Ditreskrim PPA dan PPO Polda NTT dipimpin oleh Kombes Nova Irone Surentu. Ia sebelumnya menjabat sebagai Analis dan Advokasi Hukum Kepolisian Madya TK III Divkum Polri.
“Polda NTT mendapat satu direktorat baru yang akan menangani TPPO dan PPA,” ujar Kapolda NTT Irjen Rudi Darmoko didampingi sejumlah pejabat utama saat konferensi pers akhir tahun di Mapolda NTT, Selasa (23/12/2025).
Rudi menjelaskan, meski pejabat direktorat tersebut belum tiba untuk dilantik, Polda NTT telah melakukan berbagai persiapan. Fasilitas pendukung dan personel untuk mengisi direktorat baru itu tengah disiapkan melalui proses seleksi.
“Tetap secara bertahap kami sudah siapkan fasilitas termasuk perangkat-perangkatnya sambil menunggu pelantikan pejabatnya,” jelas Rudi.
Kabid Humas Polda NTT Kombes Henry Novika Chandra menyebutkan, sepanjang 2025 tercatat 64 kasus kejahatan terhadap perempuan dan anak. Jumlah tersebut meningkat dua kasus atau 3,22 persen dibandingkan 2024 yang mencatatkan 62 kasus.
“Sementara itu untuk penyelesaian kasus tersebut pada 2025 sebanyak 35 kasus dan menurun 10 kasus, dibandingkan tahun 2024 yang mencapai 45 kasus,” kata Henry.

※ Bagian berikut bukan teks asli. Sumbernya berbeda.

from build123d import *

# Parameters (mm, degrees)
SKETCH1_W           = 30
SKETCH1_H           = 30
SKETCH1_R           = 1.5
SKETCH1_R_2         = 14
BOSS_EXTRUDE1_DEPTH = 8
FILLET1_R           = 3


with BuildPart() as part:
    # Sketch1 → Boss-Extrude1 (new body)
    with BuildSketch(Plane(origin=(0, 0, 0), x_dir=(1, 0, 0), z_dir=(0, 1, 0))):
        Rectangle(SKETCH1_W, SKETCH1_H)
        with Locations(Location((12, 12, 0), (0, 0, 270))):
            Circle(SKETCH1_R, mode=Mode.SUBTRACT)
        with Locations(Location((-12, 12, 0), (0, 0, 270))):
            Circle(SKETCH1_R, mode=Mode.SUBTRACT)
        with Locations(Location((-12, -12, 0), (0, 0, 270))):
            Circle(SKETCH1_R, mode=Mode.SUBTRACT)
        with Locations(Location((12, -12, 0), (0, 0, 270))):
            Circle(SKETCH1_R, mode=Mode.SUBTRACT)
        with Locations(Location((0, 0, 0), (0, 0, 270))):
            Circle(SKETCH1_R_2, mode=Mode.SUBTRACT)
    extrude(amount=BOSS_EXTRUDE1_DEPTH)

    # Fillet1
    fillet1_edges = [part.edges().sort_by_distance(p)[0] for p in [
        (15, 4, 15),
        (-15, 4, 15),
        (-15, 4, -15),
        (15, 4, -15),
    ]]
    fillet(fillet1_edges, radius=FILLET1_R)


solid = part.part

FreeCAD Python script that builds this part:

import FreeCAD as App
import Part
import Sketcher

V = App.Vector
Q = App.Units.Quantity


def edges_at(feature, points):
    """Names of the edges that pass closest to the given points."""
    edges = feature.Shape.Edges
    near = lambda p: min(range(len(edges)), key=lambda i: edges[i].distToShape(Part.Vertex(*p))[0])
    return sorted({f"Edge{near(p) + 1}" for p in points})

doc = App.newDocument("Part")
body = doc.addObject("PartDesign::Body", "Body")

# Sketch on XZ plane
sketch1 = body.newObject("Sketcher::SketchObject", "Sketch")
sketch1.AttachmentSupport = (doc.getObject("XZ_Plane"), [""])
sketch1.MapMode = "FlatFace"
sketch1.addGeometry([
    Part.LineSegment(V(-15, -15, 0), V(-15, 15, 0)),  # 0
    Part.LineSegment(V(-15, 15, 0), V(15, 15, 0)),  # 1
    Part.LineSegment(V(15, 15, 0), V(15, -15, 0)),  # 2
    Part.LineSegment(V(15, -15, 0), V(-15, -15, 0)),  # 3
    Part.Circle(V(-12, 12, 0), V(0, 0, 1), 1.5),  # 4
    Part.Circle(V(12, 12, 0), V(0, 0, 1), 1.5),  # 5
    Part.Circle(V(-12, -12, 0), V(0, 0, 1), 1.5),  # 6
    Part.Circle(V(0, 0, 0), V(0, 0, 1), 14),  # 7
    Part.Circle(V(12, -12, 0), V(0, 0, 1), 1.5),  # 8
], False)
sketch1.addConstraint([
    Sketcher.Constraint("Coincident", 0, 2, 1, 1),
    Sketcher.Constraint("Coincident", 1, 2, 2, 1),
    Sketcher.Constraint("Coincident", 2, 2, 3, 1),
    Sketcher.Constraint("Coincident", 3, 2, 0, 1),
    Sketcher.Constraint("Vertical", 0),
    Sketcher.Constraint("Horizontal", 1),
    Sketcher.Constraint("Vertical", 2),
    Sketcher.Constraint("Horizontal", 3),
    Sketcher.Constraint("Coincident", 7, 3, -1, 1),
    Sketcher.Constraint("Equal", 4, 5),
    Sketcher.Constraint("Equal", 5, 6),
    Sketcher.Constraint("Equal", 6, 8),
    Sketcher.Constraint("Symmetric", 5, 3, 6, 3, -1, 1),
    Sketcher.Constraint("Symmetric", 4, 3, 8, 3, -1, 1),
    Sketcher.Constraint("Symmetric", 0, 2, 2, 2, -1, 1),
    Sketcher.Constraint("Symmetric", 4, 3, 5, 3, -2),
    Sketcher.Constraint("Equal", 3, 0),
    Sketcher.Constraint("Diameter", 4, Q("3 mm")),
    Sketcher.Constraint("Diameter", 7, Q("28 mm")),
    Sketcher.Constraint("DistanceX", 1, 1, 1, 2, Q("30 mm")),
    Sketcher.Constraint("DistanceX", 4, 3, -1, 1, Q("12 mm")),
    Sketcher.Constraint("DistanceY", -1, 1, 4, 3, Q("12 mm")),
])
pad1 = body.newObject("PartDesign::Pad", "Pad")
pad1.Profile = sketch1
pad1.Length = 8
pad1.Reversed = True
doc.recompute()

fillet = body.newObject("PartDesign::Fillet", "Fillet")
fillet.Base = (pad1, edges_at(pad1, [
    (15, 4, 15),
    (-15, 4, 15),
    (-15, 4, -15),
    (15, 4, -15),
]))
fillet.Radius = 3

doc.recompute()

Sementara untuk kasus TPPO dan people smuggling, pada 2025 tercatat sebanyak sembilan kasus. Angka ini menurun 25 persen dibandingkan 2024 yang berjumlah 12 kasus. Dari sisi penyelesaian, terjadi peningkatan signifikan, yakni 11 kasus terselesaikan pada 2025, dibandingkan delapan kasus pada 2024 atau meningkat 37,5 persen.
“Kami berkomitmen mewujudkan program NTT zero TPPO melalui langkah pencegahan, penindakan, dan penyelamatan korban. Kemudian mendorong peran aktif dari masyarakat. Kami juga terus mengedukasi agar masyarakat tidak tergiur tawaran kerja ilegal, sekaligus mengajak masyarakat proaktif melaporkan indikasi TPPO di lingkungan sekitar,” terang Henry.
Selain fokus pada PPA dan TPPO, Henry menyebut Polda NTT juga melakukan penegakan hukum terhadap tindak pidana illegal fishing. Langkah ini dilakukan sebagai bentuk perlindungan sumber daya alam dan keberlanjutan di NTT.
Tercatat sebanyak 37 kasus tindak pidana perikanan telah ditangani dan diselesaikan 100 persen.
“Capaian ini mencerminkan komitmen Polri dalam menjaga kedaulatan sumber daya kelautan dan perikanan, menegakkan hukum secara profesional, serta mendukung keberlanjutan ekonomi masyarakat pesisir di wilayah NTT,” pungkas Henry.